Neo-traditionalists argue against the position that following a school of law (Taqlid) is unnecessary, claiming that it implies previous generations of Sunni Muslims were mistaken in their understanding of Islam, that it is impossible to derive correct rulings without relying on a school's legal principles, and that it will lead to laypeople making Ijtihad, thereby irreversibly disrupting Sunni legal unity and introducing new practices to the religion. Islamic neo-traditionalists are open to the revival of Ijtihad to combat new challenges in the contemporary world Muslims now live in. Neo-traditionalism overlaps with modernism in its core emphasis and promotion of modernist view points, Fiqh al-Aqalliyat (minority jurisprudence), and, to a certain degree, non-denominationalism.

== History ==
Islamic neo-traditionalism emerged in the West during the 1990s following the return of several Muslim scholars who had studied at traditionalist centres of Islamic learning in the Arab world, including Hamza Yusuf, Abdal Hakim Murad and Umar Faruq Abdullah, who intended to disseminate the knowledge they had learned throughout their communities. Younger scholars who are linked to neo-traditionalism include Hasan Spiker and Yahya Rhodus. Critiques of progressivism are made by some members in the movement, which is held responsible for spiritual decay, the decline of Islamic metaphysics and the rise of liberal and progressive Islamic movements. Western neo-traditionalists have established their own religious educational institutes, including Zaytuna College, Cambridge Muslim College and the online Islamic seminary SeekersGuidance.

== Politics ==
Following the Arab Spring, some neo-traditionalist scholars adopted a counter-revolutionary politically quietist stance citing the prohibition of resistance against ruling authorities by a number of pre-modern Sunni jurists and concerns that political upheaval would empower Islamic fundamentalist groups such as the Muslim Brotherhood. Their subsequent alliance with the governments of the United Arab Emirates and Egypt, and their silence towards or outright approval of their actions, attracted criticism, particularly the conduct of Ali Gomaa and Hamza Yusuf after the August 2013 Rabaa massacre. Neo-traditionalist Islamic scholar Ramadan al-Bouti was a supporter of the Assad regime, and criticized anti-government protests and urged demonstrators not to follow "calls of unknown sources that want to exploit mosques to incite seditions and chaos in Syria." However, other neo-traditionalist scholars such as Muhammed al-Yaqoubi advocated for the removal of dictators such as Bashar al-Assad.

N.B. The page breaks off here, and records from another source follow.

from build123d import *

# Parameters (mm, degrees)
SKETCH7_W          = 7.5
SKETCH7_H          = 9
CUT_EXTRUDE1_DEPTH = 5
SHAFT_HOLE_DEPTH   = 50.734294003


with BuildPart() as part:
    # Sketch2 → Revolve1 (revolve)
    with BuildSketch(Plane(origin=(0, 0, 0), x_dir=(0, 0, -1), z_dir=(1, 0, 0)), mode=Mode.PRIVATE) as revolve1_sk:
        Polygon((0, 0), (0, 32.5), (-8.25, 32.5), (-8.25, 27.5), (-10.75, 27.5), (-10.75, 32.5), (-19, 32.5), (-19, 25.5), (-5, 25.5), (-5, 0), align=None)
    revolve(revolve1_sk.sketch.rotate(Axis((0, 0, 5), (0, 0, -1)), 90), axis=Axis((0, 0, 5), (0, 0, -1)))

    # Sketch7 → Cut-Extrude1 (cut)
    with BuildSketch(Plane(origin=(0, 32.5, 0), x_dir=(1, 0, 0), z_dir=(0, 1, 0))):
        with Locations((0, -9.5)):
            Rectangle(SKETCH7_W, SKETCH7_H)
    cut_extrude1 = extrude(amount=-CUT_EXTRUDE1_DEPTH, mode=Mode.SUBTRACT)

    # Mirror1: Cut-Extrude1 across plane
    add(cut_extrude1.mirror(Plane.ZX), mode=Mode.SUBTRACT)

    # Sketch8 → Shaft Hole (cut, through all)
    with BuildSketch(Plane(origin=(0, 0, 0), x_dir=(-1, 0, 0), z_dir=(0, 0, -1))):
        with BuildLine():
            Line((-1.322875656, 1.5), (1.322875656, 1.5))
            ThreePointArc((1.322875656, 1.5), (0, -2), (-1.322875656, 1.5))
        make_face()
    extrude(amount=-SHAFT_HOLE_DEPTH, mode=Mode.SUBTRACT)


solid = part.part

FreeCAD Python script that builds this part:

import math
import FreeCAD as App
import Part
import Sketcher
from FreeCAD import Vector
Q = App.Units.Quantity

doc = App.newDocument("Part")
body = doc.addObject("PartDesign::Body", "Body")

# Sketch on YZ plane
sketch1 = body.newObject("Sketcher::SketchObject", "Sketch")
sketch1.AttachmentSupport = (doc.getObject("YZ_Plane"), [""])
sketch1.MapMode = "FlatFace"
sketch1.addGeometry(Part.LineSegment(Vector(0, 0, 0), Vector(32.5, 0, 0)), False)
sketch1.addGeometry(Part.LineSegment(Vector(32.5, 0, 0), Vector(32.5, 8.2, 0)), False)
sketch1.addGeometry(Part.LineSegment(Vector(32.5, 8.2, 0), Vector(27.5, 8.2, 0)), False)
sketch1.addGeometry(Part.LineSegment(Vector(27.5, 8.2, 0), Vector(27.5, 10.8, 0)), False)
sketch1.addGeometry(Part.LineSegment(Vector(27.5, 10.8, 0), Vector(32.5, 10.8, 0)), False)
sketch1.addGeometry(Part.LineSegment(Vector(32.5, 10.8, 0), Vector(32.5, 19, 0)), False)
sketch1.addGeometry(Part.LineSegment(Vector(32.5, 19, 0), Vector(25.5, 19, 0)), False)
sketch1.addGeometry(Part.LineSegment(Vector(25.5, 19, 0), Vector(25.5, 5, 0)), False)
sketch1.addGeometry(Part.LineSegment(Vector(25.5, 5, 0), Vector(0, 5, 0)), False)
sketch1.addGeometry(Part.LineSegment(Vector(0, 5, 0), Vector(0, 0, 0)), False)
sketch1.addConstraint(Sketcher.Constraint("Coincident", 0, 2, 1, 1))
sketch1.addConstraint(Sketcher.Constraint("Coincident", 1, 2, 2, 1))
sketch1.addConstraint(Sketcher.Constraint("Coincident", 2, 2, 3, 1))
sketch1.addConstraint(Sketcher.Constraint("Coincident", 3, 2, 4, 1))
sketch1.addConstraint(Sketcher.Constraint("Coincident", 4, 2, 5, 1))
sketch1.addConstraint(Sketcher.Constraint("Coincident", 5, 2, 6, 1))
sketch1.addConstraint(Sketcher.Constraint("Coincident", 6, 2, 7, 1))
sketch1.addConstraint(Sketcher.Constraint("Coincident", 7, 2, 8, 1))
sketch1.addConstraint(Sketcher.Constraint("Coincident", 8, 2, 9, 1))
sketch1.addConstraint(Sketcher.Constraint("Coincident", 9, 2, 0, 1))
sketch1.addConstraint(Sketcher.Constraint("Horizontal", 0))
sketch1.addConstraint(Sketcher.Constraint("Vertical", 1))
sketch1.addConstraint(Sketcher.Constraint("Horizontal", 2))
sketch1.addConstraint(Sketcher.Constraint("Vertical", 3))
sketch1.addConstraint(Sketcher.Constraint("Horizontal", 4))
sketch1.addConstraint(Sketcher.Constraint("Vertical", 5))
sketch1.addConstraint(Sketcher.Constraint("Horizontal", 6))
sketch1.addConstraint(Sketcher.Constraint("Vertical", 7))
sketch1.addConstraint(Sketcher.Constraint("Horizontal", 8))
sketch1.addConstraint(Sketcher.Constraint("Vertical", 9))
sketch1.addConstraint(Sketcher.Constraint("Coincident", 9, 2, -1, 1))
sketch1.addConstraint(Sketcher.Constraint("Vertical", 1, 2, 4, 2))
sketch1.addConstraint(Sketcher.Constraint("Equal", 1, 5))
sketch1.addConstraint(Sketcher.Constraint("Equal", 4, 9))
sketch1.addConstraint(Sketcher.Constraint("DistanceX", 2, 2, 2, 1, Q("5 mm")))
sketch1.addConstraint(Sketcher.Constraint("DistanceX", 6, 2, 6, 1, Q("7 mm")))
sketch1.addConstraint(Sketcher.Constraint("DistanceY", 7, 2, 7, 1, Q("14 mm")))
sketch1.addConstraint(Sketcher.Constraint("DistanceX", 0, 1, 0, 2, Q("32.5 mm")))
sketch1.addConstraint(Sketcher.Constraint("DistanceY", 3, 1, 3, 2, Q("2.5 mm")))
revolution = body.newObject("PartDesign::Revolution", "Revolution")
revolution.Profile = sketch1
revolution.ReferenceAxis = (sketch1, ["V_Axis"])
revolution.Angle = 360

# Sketch on XZ plane
sketch2 = body.newObject("Sketcher::SketchObject", "Sketch001")
sketch2.AttachmentSupport = (doc.getObject("XZ_Plane"), [""])
sketch2.MapMode = "FlatFace"
sketch2.AttachmentOffset = App.Placement(Vector(0, 0, -32.5), App.Rotation())
sketch2.addGeometry(Part.LineSegment(Vector(-4, 5, 0), Vector(-4, 14, 0)), False)
sketch2.addGeometry(Part.LineSegment(Vector(-4, 14, 0), Vector(4, 14, 0)), False)
sketch2.addGeometry(Part.LineSegment(Vector(4, 14, 0), Vector(4, 5, 0)), False)
sketch2.addGeometry(Part.LineSegment(Vector(4, 5, 0), Vector(-4, 5, 0)), False)
sketch2.addConstraint(Sketcher.Constraint("Coincident", 0, 2, 1, 1))
sketch2.addConstraint(Sketcher.Constraint("Coincident", 1, 2, 2, 1))
sketch2.addConstraint(Sketcher.Constraint("Coincident", 2, 2, 3, 1))
sketch2.addConstraint(Sketcher.Constraint("Coincident", 3, 2, 0, 1))
sketch2.addConstraint(Sketcher.Constraint("Vertical", 0))
sketch2.addConstraint(Sketcher.Constraint("Horizontal", 1))
sketch2.addConstraint(Sketcher.Constraint("Vertical", 2))
sketch2.addConstraint(Sketcher.Constraint("Horizontal", 3))
sketch2.addConstraint(Sketcher.Constraint("DistanceY", 0, 1, 0, 2, Q("9 mm")))
sketch2.addConstraint(Sketcher.Constraint("DistanceX", 1, 1, 1, 2, Q("7.5 mm")))
sketch2.addConstraint(Sketcher.Constraint("DistanceY", -1, 1, 0, 2, Q("14 mm")))
sketch2.addConstraint(Sketcher.Constraint("DistanceX", 0, 2, -1, 1, Q("3.75 mm")))
pocket1 = body.newObject("PartDesign::Pocket", "Pocket")
pocket1.Profile = sketch2
pocket1.Length = 5
pocket1.Reversed = True
doc.recompute()

mirrored = body.newObject("PartDesign::Mirrored", "Mirrored")
mirrored.Originals = [pocket1]
mirrored.MirrorPlane = (doc.getObject("XZ_Plane"), [""])
body.Tip = mirrored

# Sketch on XY plane
sketch3 = body.newObject("Sketcher::SketchObject", "Sketch002")
sketch3.AttachmentSupport = (doc.getObject("XY_Plane"), [""])
sketch3.MapMode = "FlatFace"
sketch3.addGeometry(Part.LineSegment(Vector(-1.3, 1.5, 0), Vector(1.3, 1.5, 0)), False)
sketch3.addGeometry(Part.ArcOfCircle(Part.Circle(Vector(0, 0, 0), Vector(0, 0, 1), 2), math.radians(131), math.radians(409)), False)
sketch3.addConstraint(Sketcher.Constraint("Coincident", 0, 1, 1, 1))
sketch3.addConstraint(Sketcher.Constraint("Coincident", 1, 2, 0, 2))
sketch3.addConstraint(Sketcher.Constraint("Horizontal", 0))
sketch3.addConstraint(Sketcher.Constraint("Coincident", 1, 3, -1, 1))
sketch3.addConstraint(Sketcher.Constraint("Radius", 1, Q("2 mm")))
sketch3.addConstraint(Sketcher.Constraint("DistanceY", -1, 1, 0, 1, Q("1.5 mm")))
pocket2 = body.newObject("PartDesign::Pocket", "Pocket001")
pocket2.Profile = sketch3
pocket2.Type = "ThroughAll"
pocket2.Reversed = True

doc.recompute()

According to Mustafa Kabha and Haggai Erlich, the Islamic political organization al-Ahbash adheres to neo-traditionalism in their political-religious methodology, citing their opposition to traditionalist and Salafi thinkers such as Sayyid Qutb, ibn Abdul Wahhab, and Abul A'la Maududi, criticism of extremism and zeal, as well as their ardent focus on good behaviour and Islamic morality, the latter of which is largely absent from the modernist and progressive strands within Islam, and Thomas Pierret also identified the al-Ahbash as adherents of this methodology, although he used the alternate term neo-traditionalist to describe them.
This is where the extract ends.